# Slingshot ammunition discovery + poll



## The_Endoftheworldprep (Jun 1, 2013)

​
*Witch do you prefer for slingshot ammo when hunting small game ( rabbit , squirrel , bird , ect )*

1/4 inch steel12.70%3/8 inch steel513.51%1/2 inch steel38.11%3/8 lead924.32%1/2 inch lead1437.84%50. Cal lead513.51%


----------



## The_Endoftheworldprep (Jun 1, 2013)

I have discovered the accuracy level of heavy to light ammo to determine witch is best for hunting.


----------



## SuperMonkeySlinger (Jan 28, 2013)

Oooooooo.. Sounds like a good topic! Thanks for posting... But this should be in the hunting Section.

SMS


----------



## August West (Jan 21, 2012)

I voted for 50 cal and 1/2" lead.


----------



## ash (Apr 23, 2013)

I can't decide between 50 cal and 1/2"... That's ok, I'm not a hunter anyway.


----------



## LBurnett (Feb 21, 2012)

Moved to Hunting forum for better responses.

I voted for 1/2 inch lead.


----------



## Hrawk (Oct 25, 2010)

ash said:


> I can't decide between 50 cal and 1/2"... That's ok, I'm not a hunter anyway.

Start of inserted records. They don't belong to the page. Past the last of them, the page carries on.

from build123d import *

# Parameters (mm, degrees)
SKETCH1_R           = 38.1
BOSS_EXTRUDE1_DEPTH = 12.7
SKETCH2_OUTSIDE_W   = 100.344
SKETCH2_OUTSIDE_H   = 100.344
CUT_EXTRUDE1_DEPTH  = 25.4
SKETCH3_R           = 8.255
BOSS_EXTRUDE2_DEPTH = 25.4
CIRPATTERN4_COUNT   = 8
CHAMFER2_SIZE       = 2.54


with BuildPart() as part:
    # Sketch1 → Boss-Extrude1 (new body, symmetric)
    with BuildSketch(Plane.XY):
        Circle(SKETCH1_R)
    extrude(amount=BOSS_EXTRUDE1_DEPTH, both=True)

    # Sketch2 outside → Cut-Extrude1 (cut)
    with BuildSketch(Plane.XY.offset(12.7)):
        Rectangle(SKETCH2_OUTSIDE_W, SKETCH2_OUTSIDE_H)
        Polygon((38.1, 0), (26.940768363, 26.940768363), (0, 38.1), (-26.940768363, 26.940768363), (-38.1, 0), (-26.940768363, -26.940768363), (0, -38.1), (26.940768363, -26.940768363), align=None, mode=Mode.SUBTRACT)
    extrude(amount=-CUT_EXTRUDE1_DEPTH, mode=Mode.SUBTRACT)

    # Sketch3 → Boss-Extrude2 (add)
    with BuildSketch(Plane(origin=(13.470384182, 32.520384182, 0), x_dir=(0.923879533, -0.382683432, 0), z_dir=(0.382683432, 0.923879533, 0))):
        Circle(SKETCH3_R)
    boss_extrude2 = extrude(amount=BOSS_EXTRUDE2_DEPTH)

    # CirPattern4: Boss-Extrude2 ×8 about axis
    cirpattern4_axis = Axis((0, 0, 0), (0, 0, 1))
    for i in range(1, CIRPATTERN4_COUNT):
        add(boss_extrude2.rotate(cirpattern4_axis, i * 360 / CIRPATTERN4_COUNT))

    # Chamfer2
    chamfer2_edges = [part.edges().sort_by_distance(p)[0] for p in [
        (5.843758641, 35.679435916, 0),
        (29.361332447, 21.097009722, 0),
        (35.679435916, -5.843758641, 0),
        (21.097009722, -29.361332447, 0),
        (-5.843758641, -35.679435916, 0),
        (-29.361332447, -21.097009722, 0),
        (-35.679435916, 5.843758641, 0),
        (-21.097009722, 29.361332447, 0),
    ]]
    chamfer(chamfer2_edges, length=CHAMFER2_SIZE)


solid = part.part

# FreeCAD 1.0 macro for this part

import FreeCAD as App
import Part
import Sketcher
from FreeCAD import Vector
Q = App.Units.Quantity


def edges_at(feature, points):
    """Names of the edges that pass closest to the given points."""
    edges = feature.Shape.Edges
    near = lambda p: min(range(len(edges)), key=lambda i: edges[i].distToShape(Part.Vertex(*p))[0])
    return sorted({f"Edge{near(p) + 1}" for p in points})


def add_polygon(sketch, points):
    """Adds a closed chain of lines whose ends are joined by coincident constraints."""
    first, n = sketch.GeometryCount, len(points)
    for a, b in zip(points, points[1:] + points[:1]):
        sketch.addGeometry(Part.LineSegment(App.Vector(*a, 0), App.Vector(*b, 0)), False)
    for i in range(n):
        sketch.addConstraint(Sketcher.Constraint("Coincident", first + i, 2, first + (i + 1) % n, 1))

doc = App.newDocument("Part")
body = doc.addObject("PartDesign::Body", "Body")

# Sketch on XY plane
sketch1 = body.newObject("Sketcher::SketchObject", "Sketch")
sketch1.AttachmentSupport = (doc.getObject("XY_Plane"), [""])
sketch1.MapMode = "FlatFace"
sketch1.addGeometry(Part.Circle(Vector(0, 0, 0), Vector(0, 0, 1), 38.1), False)
sketch1.addConstraint([
    Sketcher.Constraint("Coincident", 0, 3, -1, 1),
    Sketcher.Constraint("Diameter", 0, Q("3 in")),
])
pad1 = body.newObject("PartDesign::Pad", "Pad")
pad1.Profile = sketch1
pad1.Length = Q("1 in")
pad1.Midplane = True

# Sketch on XY plane
sketch2 = body.newObject("Sketcher::SketchObject", "Sketch001")
sketch2.AttachmentSupport = (doc.getObject("XY_Plane"), [""])
sketch2.MapMode = "FlatFace"
sketch2.AttachmentOffset = App.Placement(Vector(0, 0, 0.5 * 25.4), App.Rotation())
add_polygon(sketch2, [(-50.172, 50.172), (-50.172, -50.172), (50.172, -50.172), (50.172, 50.172)])  # lines 0-3
add_polygon(sketch2, [(26.940768, 26.940768), (38.1, 0), (26.940768, -26.940768), (0, -38.1), (-26.940768, -26.940768), (-38.1, 0), (-26.940768, 26.940768), (0, 38.1)])  # lines 4-11
sketch2.addConstraint([
    Sketcher.Constraint("Vertical", 0),
    Sketcher.Constraint("Horizontal", 1),
    Sketcher.Constraint("Vertical", 2),
    Sketcher.Constraint("Horizontal", 3),
    Sketcher.Constraint("Symmetric", 0, 2, 2, 2, -1, 1),
    Sketcher.Constraint("Symmetric", 4, 2, 8, 2, -1, 1),
    Sketcher.Constraint("Symmetric", 5, 2, 9, 2, -1, 1),
    Sketcher.Constraint("Symmetric", 6, 2, 10, 2, -1, 1),
    Sketcher.Constraint("Symmetric", 7, 2, 11, 2, -1, 1),
    Sketcher.Constraint("Symmetric", 5, 2, 7, 2, -2),
    Sketcher.Constraint("PointOnObject", 4, 2, -1),
    Sketcher.Constraint("PointOnObject", 6, 2, -2),
    Sketcher.Constraint("Perpendicular", 4, 6),
    Sketcher.Constraint("Equal", 3, 0),
    Sketcher.Constraint("Equal", 5, 6),
    Sketcher.Constraint("DistanceX", -1, 1, 4, 2, Q("1.5 in")),
    Sketcher.Constraint("Angle", 4, Q("-67.5 deg")),
    Sketcher.Constraint("DistanceX", 1, 1, 1, 2, Q("100.344 mm")),
])
pocket1 = body.newObject("PartDesign::Pocket", "Pocket")
pocket1.Profile = sketch2
pocket1.Length = Q("1 in")

# Sketch on an angled plane
sketch3 = body.newObject("Sketcher::SketchObject", "Sketch002")
sketch3.Placement = App.Placement(Vector(13.470384, 32.520384, 0), App.Rotation(Vector(0.923879533, -0.382683432, 0), Vector(0, 0, -1.000000001), Vector(0.382683432, 0.923879533, 0), "ZXY"))
sketch3.addGeometry(Part.Circle(Vector(0, 0, 0), Vector(0, 0, 1), 8.255), False)
sketch3.addConstraint([
    Sketcher.Constraint("Coincident", 0, 3, -1, 1),
    Sketcher.Constraint("Diameter", 0, Q("0.65 in")),
])
pad2 = body.newObject("PartDesign::Pad", "Pad001")
pad2.Profile = sketch3
pad2.Length = Q("1 in")
doc.recompute()

polarpattern = body.newObject("PartDesign::PolarPattern", "PolarPattern")
polarpattern.Originals = [pad2]
polarpattern.Axis = (doc.getObject("Z_Axis"), [""])
polarpattern.Angle = 360
polarpattern.Occurrences = 8
body.Tip = polarpattern
doc.recompute()

chamfer = body.newObject("PartDesign::Chamfer", "Chamfer")
chamfer.Base = (polarpattern, edges_at(polarpattern, [
    (5.844, 35.679, 0),
    (29.361, 21.097, 0),
    (35.679, -5.844, 0),
    (21.097, -29.361, 0),
    (-5.844, -35.679, 0),
    (-29.361, -21.097, 0),
    (-35.679, 5.844, 0),
    (-21.097, 29.361, 0),
]))
chamfer.Size = Q("0.1 in")

doc.recompute()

Yeah it's a tough call. I wonder which is heavier ?


----------



## The_Endoftheworldprep (Jun 1, 2013)

hile hunting with that humongous ammo the impact messes up the meat. Is like shooting a 12 gauge at a parakeet.


----------



## The_Endoftheworldprep (Jun 1, 2013)

And btw I didnt put it i hunting because this topic wasnt realy about hunting its about accuracy. I used the hunting example because thats usually the circumstances with these certain animals that they are about the size of a can maybe two , and they will not let you get closer then 60 to 70 feet from them.


----------



## Imperial (Feb 9, 2011)

this topic dont apply to me. im mostly a rock launcher and a paintball flinger.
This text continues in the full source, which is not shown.